Alive | Capítulo 3

segunda-feira, setembro 21, 2015 | | |
 "Só segure sua respiração e deixe-me secar sua lágrimas.
Tudo que você precisa fazer é acreditar."

Believe - Ask Alexandria. 




| Seunome |

 Depois de quase uma hora, ouvimos o sinal tocar ao fundo. Liam se levantou limpando as calças, o olhei confusa, então ele estendeu a mão, a segurei e ele me ajudou a levantar. Havíamos conversado bastante, era como se nunca tivéssemos se encontrado na vida, eu só não contei sobre o ataque do serial killer, não sou tão aberta para falar disso, mesmo que ele seja meu irmão.


 Íamos em direção a um dos prédios, entramos e seguíamos pelos corredores, eu só o seguia, recebíamos os olhares das pessoas por quem passávamos, estavam em troca de salas; até que paramos em um espaço cheio de mesas e um lugar para o self-service.

- Nos encontramos aqui no almoço, tudo bem? - Liam me fitava enquanto eu analisava o local. - E se der, vê se já começa a ir nas aulas hoje.

- Vou pensar no seu caso - disse ainda encarando o refeitório. Senti seu olhar penetrante em mim e me virei para encara-lo. - Tudo bem, Liam. Não precisa se preocupar, só estou cansada.

- Okay. Mas vá se der. Agora eu tenho que ir - deu um beijo em minha bochecha. 

 Um súbito desespero brotou em mim. Acabei de ter os melhores momentos da minha vida depois de anos! Ele não pode simplesmente se virar e ir embora! Agarrei em sua mão novamente, antes que se afastasse mais. Liam olhou para o ato e em seguida para mim, erguendo uma de suas sobrancelhas.

- Não vai embora, Liam! Por favor! Não me deixa sozinha - implorei. Eu não ligava para quem estivesse olhando ou deixando de olhar, só queria o meu irmão perto de mim.

- Você não está sozinha, Seunome. Eu... Só preciso ir para a aula. Nós vamos nos encontrar de novo - diz, tranquilo, mas dava para perceber o tom de estranheza e preocupação na voz. - Eu prometo.

- Não prometa. 

- Tá... - me olhou confuso. - Mas nós nos encontraremos no almoço mais tarde. 

 Liam ficou meio receoso em ir e depois de mais alguns segundos de relutância minha, o soltei. Ele olhava para trás enquanto andava e assim que sumiu da minha visão pelo corredor, comecei a chorar. Não havia mais ninguém ali, ninguém conversando com outro aluno, nem correndo apressado para a próxima aula.
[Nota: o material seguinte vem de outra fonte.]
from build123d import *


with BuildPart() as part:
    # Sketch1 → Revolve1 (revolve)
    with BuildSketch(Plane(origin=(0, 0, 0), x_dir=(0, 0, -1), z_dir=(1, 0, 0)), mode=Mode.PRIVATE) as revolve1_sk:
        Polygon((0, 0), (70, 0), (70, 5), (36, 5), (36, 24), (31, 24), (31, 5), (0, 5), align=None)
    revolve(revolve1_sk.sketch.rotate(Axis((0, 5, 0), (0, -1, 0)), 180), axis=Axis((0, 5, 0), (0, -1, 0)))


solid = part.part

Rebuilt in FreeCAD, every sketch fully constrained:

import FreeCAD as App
import Part
import Sketcher
Q = App.Units.Quantity


def add_polygon(sketch, points):
    """Adds a closed chain of lines whose ends are joined by coincident constraints."""
    first, n = sketch.GeometryCount, len(points)
    for a, b in zip(points, points[1:] + points[:1]):
        sketch.addGeometry(Part.LineSegment(App.Vector(*a, 0), App.Vector(*b, 0)), False)
    for i in range(n):
        sketch.addConstraint(Sketcher.Constraint("Coincident", first + i, 2, first + (i + 1) % n, 1))

doc = App.newDocument("Part")
body = doc.addObject("PartDesign::Body", "Body")

# Sketch on YZ plane
sketch1 = doc.addObject("Sketcher::SketchObject", "Sketch")
body.addObject(sketch1)
sketch1.AttachmentSupport = (doc.YZ_Plane, [""])
sketch1.MapMode = "FlatFace"
add_polygon(sketch1, [(0, 0), (0, -70), (5, -70), (5, -36), (24, -36), (24, -31), (5, -31), (5, 0)])  # lines 0-7
sketch1.addConstraint([
    Sketcher.Constraint("Vertical", 0),
    Sketcher.Constraint("Horizontal", 1),
    Sketcher.Constraint("Vertical", 2),
    Sketcher.Constraint("Horizontal", 3),
    Sketcher.Constraint("Vertical", 4),
    Sketcher.Constraint("Horizontal", 5),
    Sketcher.Constraint("Vertical", 6),
    Sketcher.Constraint("Horizontal", 7),
    Sketcher.Constraint("Coincident", 7, 2, -1, 1),
    Sketcher.Constraint("Vertical", 2, 2, 5, 2),
    Sketcher.Constraint("Equal", 7, 4),
    Sketcher.Constraint("DistanceX", 1, 1, 1, 2, Q("5 mm")),
    Sketcher.Constraint("DistanceX", 3, 1, 3, 2, Q("19 mm")),
    Sketcher.Constraint("DistanceY", 0, 2, 0, 1, Q("70 mm")),
    Sketcher.Constraint("DistanceY", 2, 1, 2, 2, Q("34 mm")),
])
revolution = doc.addObject("PartDesign::Revolution", "Revolution")
body.addObject(revolution)
revolution.Profile = sketch1
revolution.ReferenceAxis = (sketch1, ["H_Axis"])
revolution.Angle = 360

doc.recompute()
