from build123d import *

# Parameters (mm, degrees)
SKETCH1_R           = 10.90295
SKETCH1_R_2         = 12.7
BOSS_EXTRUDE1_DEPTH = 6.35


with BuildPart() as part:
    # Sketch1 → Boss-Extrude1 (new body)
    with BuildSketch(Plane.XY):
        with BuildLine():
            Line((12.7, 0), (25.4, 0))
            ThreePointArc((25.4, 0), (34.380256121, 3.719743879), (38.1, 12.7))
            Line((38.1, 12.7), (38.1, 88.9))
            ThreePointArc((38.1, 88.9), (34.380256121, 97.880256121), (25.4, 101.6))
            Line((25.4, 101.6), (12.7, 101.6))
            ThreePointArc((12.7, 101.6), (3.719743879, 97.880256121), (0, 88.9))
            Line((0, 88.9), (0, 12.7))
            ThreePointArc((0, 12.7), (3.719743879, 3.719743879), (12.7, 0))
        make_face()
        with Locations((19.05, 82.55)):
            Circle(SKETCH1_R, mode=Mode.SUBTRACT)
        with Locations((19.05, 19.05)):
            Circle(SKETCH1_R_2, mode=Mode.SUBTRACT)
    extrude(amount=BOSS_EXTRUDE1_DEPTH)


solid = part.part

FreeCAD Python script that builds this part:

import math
import FreeCAD as App
import Part
import Sketcher
Q = App.Units.Quantity

doc = App.newDocument("Part")
body = doc.addObject("PartDesign::Body", "Body")

# Sketch on XY plane
sketch1 = doc.addObject("Sketcher::SketchObject", "Sketch")
body.addObject(sketch1)
sketch1.AttachmentSupport = (doc.XY_Plane, [""])
sketch1.MapMode = "FlatFace"
sketch1.addGeometry(Part.LineSegment(App.Vector(13, 0, 0), App.Vector(25, 0, 0)), False)
sketch1.addGeometry(Part.ArcOfCircle(Part.Circle(App.Vector(25, 13, 0), App.Vector(0, 0, 1), 13), math.radians(-90), math.radians(0)), False)
sketch1.addGeometry(Part.LineSegment(App.Vector(38, 13, 0), App.Vector(38, 89, 0)), False)
sketch1.addGeometry(Part.ArcOfCircle(Part.Circle(App.Vector(25, 89, 0), App.Vector(0, 0, 1), 13), math.radians(0), math.radians(90)), False)
sketch1.addGeometry(Part.LineSegment(App.Vector(25, 102, 0), App.Vector(13, 102, 0)), False)
sketch1.addGeometry(Part.ArcOfCircle(Part.Circle(App.Vector(13, 89, 0), App.Vector(0, 0, 1), 13), math.radians(90), math.radians(180)), False)
sketch1.addGeometry(Part.LineSegment(App.Vector(0, 89, 0), App.Vector(0, 13, 0)), False)
sketch1.addGeometry(Part.ArcOfCircle(Part.Circle(App.Vector(13, 13, 0), App.Vector(0, 0, 1), 13), math.radians(180), math.radians(270)), False)
sketch1.addGeometry(Part.Circle(App.Vector(19, 19, 0), App.Vector(0, 0, 1), 13), False)
sketch1.addGeometry(Part.Circle(App.Vector(19, 83, 0), App.Vector(0, 0, 1), 11), False)
sketch1.addConstraint(Sketcher.Constraint("Tangent", 0, 2, 1, 1))
sketch1.addConstraint(Sketcher.Constraint("Tangent", 1, 2, 2, 1))
sketch1.addConstraint(Sketcher.Constraint("Tangent", 2, 2, 3, 1))
sketch1.addConstraint(Sketcher.Constraint("Tangent", 3, 2, 4, 1))
sketch1.addConstraint(Sketcher.Constraint("Tangent", 4, 2, 5, 1))
sketch1.addConstraint(Sketcher.Constraint("Tangent", 5, 2, 6, 1))
sketch1.addConstraint(Sketcher.Constraint("Tangent", 6, 2, 7, 1))
sketch1.addConstraint(Sketcher.Constraint("Tangent", 7, 2, 0, 1))
sketch1.addConstraint(Sketcher.Constraint("Horizontal", 0))
sketch1.addConstraint(Sketcher.Constraint("Vertical", 2))
sketch1.addConstraint(Sketcher.Constraint("Horizontal", 4))
sketch1.addConstraint(Sketcher.Constraint("Vertical", 6))
sketch1.addConstraint(Sketcher.Constraint("Equal", 1, 3))
sketch1.addConstraint(Sketcher.Constraint("Equal", 3, 5))
sketch1.addConstraint(Sketcher.Constraint("Equal", 5, 7))
sketch1.addConstraint(Sketcher.Constraint("Equal", 7, 8))
sketch1.addConstraint(Sketcher.Constraint("PointOnObject", 0, 2, -1))
sketch1.addConstraint(Sketcher.Constraint("PointOnObject", 5, 2, -2))
sketch1.addConstraint(Sketcher.Constraint("Vertical", 8, 3, 9, 3))
sketch1.addConstraint(Sketcher.Constraint("Diameter", 8, Q("1 in")))
sketch1.addConstraint(Sketcher.Constraint("DistanceY", 2, 1, 2, 2, Q("3 in")))
sketch1.addConstraint(Sketcher.Constraint("DistanceX", 0, 1, 0, 2, Q("0.5 in")))
sketch1.addConstraint(Sketcher.Constraint("Diameter", 9, Q("0.8585 in")))
sketch1.addConstraint(Sketcher.Constraint("DistanceY", 8, 3, 9, 3, Q("2.5 in")))
sketch1.addConstraint(Sketcher.Constraint("DistanceX", -1, 1, 8, 3, Q("0.75 in")))
sketch1.addConstraint(Sketcher.Constraint("DistanceY", -1, 1, 8, 3, Q("0.75 in")))
pad1 = doc.addObject("PartDesign::Pad", "Pad")
body.addObject(pad1)
pad1.Profile = sketch1
pad1.Length = Q("0.25 in")

doc.recompute()
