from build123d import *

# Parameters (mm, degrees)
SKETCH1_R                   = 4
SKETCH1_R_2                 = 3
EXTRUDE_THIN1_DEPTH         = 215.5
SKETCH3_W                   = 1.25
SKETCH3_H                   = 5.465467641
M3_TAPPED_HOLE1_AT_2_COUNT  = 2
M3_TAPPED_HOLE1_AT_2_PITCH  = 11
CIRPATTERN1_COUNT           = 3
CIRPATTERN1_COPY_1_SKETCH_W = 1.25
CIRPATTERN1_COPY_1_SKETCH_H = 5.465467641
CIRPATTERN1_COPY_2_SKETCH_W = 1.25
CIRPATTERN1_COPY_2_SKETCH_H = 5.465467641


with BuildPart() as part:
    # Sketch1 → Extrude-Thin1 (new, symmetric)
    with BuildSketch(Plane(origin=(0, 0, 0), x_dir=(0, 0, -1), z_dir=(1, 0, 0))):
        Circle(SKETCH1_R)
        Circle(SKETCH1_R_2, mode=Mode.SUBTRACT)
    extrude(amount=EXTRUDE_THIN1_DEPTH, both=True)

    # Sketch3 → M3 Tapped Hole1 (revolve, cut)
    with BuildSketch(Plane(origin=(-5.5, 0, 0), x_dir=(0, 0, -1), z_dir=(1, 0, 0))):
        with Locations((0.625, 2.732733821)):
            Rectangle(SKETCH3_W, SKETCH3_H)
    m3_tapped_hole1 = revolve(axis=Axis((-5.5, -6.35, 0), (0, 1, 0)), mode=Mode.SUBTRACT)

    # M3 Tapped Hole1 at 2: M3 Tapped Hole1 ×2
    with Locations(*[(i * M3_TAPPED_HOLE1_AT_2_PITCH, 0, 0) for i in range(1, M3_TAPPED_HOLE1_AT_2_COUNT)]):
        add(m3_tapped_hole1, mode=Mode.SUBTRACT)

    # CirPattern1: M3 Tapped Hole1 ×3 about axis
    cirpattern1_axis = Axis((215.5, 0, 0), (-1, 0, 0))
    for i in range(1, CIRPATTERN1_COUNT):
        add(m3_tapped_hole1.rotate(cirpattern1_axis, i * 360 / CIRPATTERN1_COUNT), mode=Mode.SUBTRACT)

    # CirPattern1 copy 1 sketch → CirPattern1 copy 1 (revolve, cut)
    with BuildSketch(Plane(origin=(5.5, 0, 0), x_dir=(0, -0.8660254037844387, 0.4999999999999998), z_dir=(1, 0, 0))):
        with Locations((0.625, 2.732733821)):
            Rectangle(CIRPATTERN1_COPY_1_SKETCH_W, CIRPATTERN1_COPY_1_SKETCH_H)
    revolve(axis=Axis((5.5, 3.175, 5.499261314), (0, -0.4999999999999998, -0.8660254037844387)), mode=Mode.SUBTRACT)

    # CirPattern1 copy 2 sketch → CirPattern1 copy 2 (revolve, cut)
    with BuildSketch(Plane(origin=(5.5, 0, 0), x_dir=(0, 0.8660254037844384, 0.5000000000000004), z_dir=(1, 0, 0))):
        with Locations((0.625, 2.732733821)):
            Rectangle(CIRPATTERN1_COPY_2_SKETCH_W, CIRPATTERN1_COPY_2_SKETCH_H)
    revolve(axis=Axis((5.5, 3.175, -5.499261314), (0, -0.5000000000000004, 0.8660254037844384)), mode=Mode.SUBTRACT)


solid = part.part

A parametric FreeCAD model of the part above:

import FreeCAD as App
import Part
import Sketcher
from FreeCAD import Vector
Q = App.Units.Quantity

doc = App.newDocument("Part")
params = doc.addObject("Spreadsheet::Sheet", "Params")
for row, (alias, value) in enumerate([
    ("sketch1_diameter", "8 mm"),
    ("sketch1_diameter2", "6 mm"),
    ("pad1_length", "431 mm"),
    ("sketch2_height", "1.25 mm"),
    ("groove_angle", "360 deg"),
    ("linearpattern_pitch", "11 mm"),
    ("sketch3_length", "1.25 mm"),
    ("groove2_angle", "360 deg"),
    ("sketch4_length", "1.25 mm"),
    ("groove3_angle", "360 deg"),
], start=1):
    params.set(f"A{row}", alias)
    params.set(f"B{row}", "=" + value)
    params.setAlias(f"B{row}", alias)

body = doc.addObject("PartDesign::Body", "Body")

# Sketch on YZ plane
sketch1 = body.newObject("Sketcher::SketchObject", "Sketch")
sketch1.AttachmentSupport = (doc.getObject("YZ_Plane"), [""])
sketch1.MapMode = "FlatFace"
sketch1.addGeometry([
    Part.Circle(Vector(0, 0, 0), Vector(0, 0, 1), 4),
    Part.Circle(Vector(0, 0, 0), Vector(0, 0, 1), 3),
], False)
sketch1.addConstraint([
    Sketcher.Constraint("Coincident", 0, 3, -1, 1),
    Sketcher.Constraint("Coincident", 1, 3, -1, 1),
    Sketcher.Constraint("Diameter", 0, Q("8 mm")),
    Sketcher.Constraint("Diameter", 1, Q("6 mm")),
])
sketch1.setExpression("Constraints[2]", "Params.sketch1_diameter")
sketch1.setExpression("Constraints[3]", "Params.sketch1_diameter2")
pad1 = body.newObject("PartDesign::Pad", "Pad")
pad1.Profile = sketch1
pad1.setExpression("Length", "Params.pad1_length")
pad1.Midplane = True

# Sketch on YZ plane
sketch2 = body.newObject("Sketcher::SketchObject", "Sketch001")
sketch2.AttachmentSupport = (doc.getObject("YZ_Plane"), [""])
sketch2.MapMode = "FlatFace"
sketch2.AttachmentOffset = App.Placement(Vector(0, 0, -5.5), App.Rotation())
sketch2.addGeometry([
    Part.LineSegment(Vector(5.465468, 0, 0), Vector(0, 0, 0)),
    Part.LineSegment(Vector(0, 0, 0), Vector(0, -1.25, 0)),
    Part.LineSegment(Vector(0, -1.25, 0), Vector(5.465468, -1.25, 0)),
    Part.LineSegment(Vector(5.465468, -1.25, 0), Vector(5.465468, 0, 0)),
], False)
sketch2.addConstraint([
    Sketcher.Constraint("Coincident", 0, 2, 1, 1),
    Sketcher.Constraint("Coincident", 1, 2, 2, 1),
    Sketcher.Constraint("Coincident", 2, 2, 3, 1),
    Sketcher.Constraint("Coincident", 3, 2, 0, 1),
    Sketcher.Constraint("Horizontal", 0),
    Sketcher.Constraint("Vertical", 1),
    Sketcher.Constraint("Horizontal", 2),
    Sketcher.Constraint("Vertical", 3),
    Sketcher.Constraint("Coincident", 0, 2, -1, 1),
    Sketcher.Constraint("DistanceY", 1, 2, 1, 1, Q("1.25 mm")),
    Sketcher.Constraint("DistanceX", 0, 2, 0, 1, Q("5.465468 mm")),
])
sketch2.setExpression("Constraints[9]", "Params.sketch2_height")
groove = body.newObject("PartDesign::Groove", "Groove")
groove.Profile = sketch2
groove.ReferenceAxis = (sketch2, ["H_Axis"])
groove.setExpression("Angle", "Params.groove_angle")
doc.recompute()

linearpattern = body.newObject("PartDesign::LinearPattern", "LinearPattern")
linearpattern.Originals = [groove]
linearpattern.Direction = (doc.getObject("X_Axis"), [""])
linearpattern.Mode = "offset"
linearpattern.setExpression("Offset", "Params.linearpattern_pitch")
linearpattern.Occurrences = 2
body.Tip = linearpattern
doc.recompute()

polarpattern = body.newObject("PartDesign::PolarPattern", "PolarPattern")
polarpattern.Originals = [groove]
polarpattern.Axis = (doc.getObject("X_Axis"), [""])
polarpattern.Angle = 360
polarpattern.Occurrences = 3
body.Tip = polarpattern

# Sketch on YZ plane
sketch3 = body.newObject("Sketcher::SketchObject", "Sketch002")
sketch3.AttachmentSupport = (doc.getObject("YZ_Plane"), [""])
sketch3.MapMode = "FlatFace"
sketch3.AttachmentOffset = App.Placement(Vector(0, 0, 5.5), App.Rotation())
sketch3.addGeometry([
    Part.LineSegment(Vector(-2.732734, -4.733234, 0), Vector(0, 0, 0)),
    Part.LineSegment(Vector(0, 0, 0), Vector(-1.082532, 0.625, 0)),
    Part.LineSegment(Vector(-1.082532, 0.625, 0), Vector(-3.815266, -4.108234, 0)),
    Part.LineSegment(Vector(-3.815266, -4.108234, 0), Vector(-2.732734, -4.733234, 0)),
], False)
sketch3.addGeometry(Part.LineSegment(Vector(0, 0, 0), Vector(-2.732734, -4.733234, 0)), True)  # axis
sketch3.addConstraint([
    Sketcher.Constraint("Coincident", 0, 2, 1, 1),
    Sketcher.Constraint("Coincident", 1, 2, 2, 1),
    Sketcher.Constraint("Coincident", 2, 2, 3, 1),
    Sketcher.Constraint("Coincident", 3, 2, 0, 1),
    Sketcher.Constraint("Coincident", 0, 2, -1, 1),
    Sketcher.Constraint("Coincident", 4, 1, -1, 1),
    Sketcher.Constraint("Coincident", 4, 2, 3, 2),
    Sketcher.Constraint("Perpendicular", 0, 1),
    Sketcher.Constraint("Perpendicular", 1, 2),
    Sketcher.Constraint("Perpendicular", 2, 3),
    Sketcher.Constraint("Angle", 0, Q("60 deg")),
    Sketcher.Constraint("Distance", 1, Q("1.25 mm")),
    Sketcher.Constraint("Distance", 0, Q("5.465468 mm")),
])
sketch3.setExpression("Constraints[11]", "Params.sketch3_length")
groove2 = body.newObject("PartDesign::Groove", "Groove001")
groove2.Profile = sketch3
groove2.ReferenceAxis = (sketch3, ["Axis0"])
groove2.setExpression("Angle", "Params.groove2_angle")

# Sketch on YZ plane
sketch4 = body.newObject("Sketcher::SketchObject", "Sketch003")
sketch4.AttachmentSupport = (doc.getObject("YZ_Plane"), [""])
sketch4.MapMode = "FlatFace"
sketch4.AttachmentOffset = App.Placement(Vector(0, 0, 5.5), App.Rotation())
sketch4.addGeometry([
    Part.LineSegment(Vector(-2.732734, 4.733234, 0), Vector(0, 0, 0)),
    Part.LineSegment(Vector(0, 0, 0), Vector(1.082532, 0.625, 0)),
    Part.LineSegment(Vector(1.082532, 0.625, 0), Vector(-1.650202, 5.358234, 0)),
    Part.LineSegment(Vector(-1.650202, 5.358234, 0), Vector(-2.732734, 4.733234, 0)),
], False)
sketch4.addGeometry(Part.LineSegment(Vector(0, 0, 0), Vector(-2.732734, 4.733234, 0)), True)  # axis
sketch4.addConstraint([
    Sketcher.Constraint("Coincident", 0, 2, 1, 1),
    Sketcher.Constraint("Coincident", 1, 2, 2, 1),
    Sketcher.Constraint("Coincident", 2, 2, 3, 1),
    Sketcher.Constraint("Coincident", 3, 2, 0, 1),
    Sketcher.Constraint("Coincident", 0, 2, -1, 1),
    Sketcher.Constraint("Coincident", 4, 1, -1, 1),
    Sketcher.Constraint("Coincident", 4, 2, 3, 2),
    Sketcher.Constraint("Perpendicular", 0, 1),
    Sketcher.Constraint("Perpendicular", 1, 2),
    Sketcher.Constraint("Perpendicular", 2, 3),
    Sketcher.Constraint("Angle", 0, Q("-60 deg")),
    Sketcher.Constraint("Distance", 1, Q("1.25 mm")),
    Sketcher.Constraint("Distance", 0, Q("5.465468 mm")),
])
sketch4.setExpression("Constraints[11]", "Params.sketch4_length")
groove3 = body.newObject("PartDesign::Groove", "Groove002")
groove3.Profile = sketch4
groove3.ReferenceAxis = (sketch4, ["Axis0"])
groove3.setExpression("Angle", "Params.groove3_angle")

doc.recompute()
Só eu.

 Não queria ficar sozinha, não agora. Minha mãe vivia prometendo que tudo ia ficar bem, do último ano para cá a única coisa que ela estava fazendo por mim era me levar para o psicólogo ou psiquiatra. Parou de prometer ao perceber de que não estava adiantando nada. Então parei de acreditar em promessas também. Passei a mão no rosto molhado.

 Preciso dos remédios. 

 Tentei me localizar, decidindo para qual lado ir, mas eu ainda estava meio zonza e a visão embaçada pelas lágrimas. Fui caminhando por um dos corredores, esbarrei com uma mulher, que dizia ser uma monitora. Lhe expliquei que era nova e estava perdida. Ela analisou o meu rosto e minha roupas, apenas com os olhos, parecia estar tendo uma discussão consigo mesma por pensamento. Disse que ia me acompanhar até o quarto, eu não estava em meu total equilíbrio para protestar, então só a segui pela escola.

 Bati a porta assim que entrei no quarto e encarei a bela e elegante diretora sentada na minha cama. 

- Está tudo bem? - perguntou antes mesmo de eu formular "o que ela está fazendo aqui?" em minha mente.

- Está sim, senhora. Só quero deitar e me acostumar com o fuso horário da Inglaterra. 

- Pensei que começar as aulas hoje estivesse nos seus planos. Acho que seria bem melhor. Bom... Aqui estão seus uniformes, livros didáticos, horário das aulas. E já mudei seus registros de Cortez para Payne - me entregou alguns papéis. - Era só isso. Já conheceu a escola? Espero que tenha gostado - fez uma pausa. Depois suspirou. - Sua mãe conversou comigo, me contou sobre alguns problemas que você enfrenta - o quê? Arregalei os olhos. - Quero que esteja ciente e convidada para conversar com nosso psicólogo sempre que precisar. - Como eu não disse nada, ela se levantou. - Seja bem vinda novamente e até logo - acenou com a cabeça e saiu, fechando a porta delicadamente.

  Coloquei todas as coisas que ela trouxe em cima das malas. Abri a mala pequena de mão, peguei o pote de comprimidos. Não. Eu não precisava e nem queria mais ninguém se envolvendo ou tentando resolver meus problemas. Olhei ao redor, e a água? Eu conseguia engolir sem, mas eu já estava com cede também. Fui até o banheiro, liguei a torneira, deixando o jato escorrer por alguns segundos. Vai ter que ser essa água mesmo. Coloquei uma cápsula na boca e, com as mãos em formato de uma concha, levei a água até a boca. Encarei o espelho a minha frente. Tomei mais um remédio por precaução, voltei praticamente me arrastando para o quarto e desabei - literalmente - na cama.

⋱★⋰

- Droga! - alguém resmungou, baixinho. Em seguida o barulho de duas portas se batendo.

 Me remexi na cama, o jeans skinny começava a incomodar. Olhei para a janela, não havia mais nenhum sinal da luz do sol e um vento gelado começava a entrar. Eu dormi uma tarde inteira? Virei a cabeça contra o travesseiro, prendendo a respiração, depois a soltei quando olhei para o outro lado. Driana procurava por alguma coisa debaixo da sua cama, se levantou com uma caixinha rosa claro cheia de detalhes dourados. Sentou e abriu a mesma, pegando algo que não consegui ver o que era, já que a garota estava de costas para mim.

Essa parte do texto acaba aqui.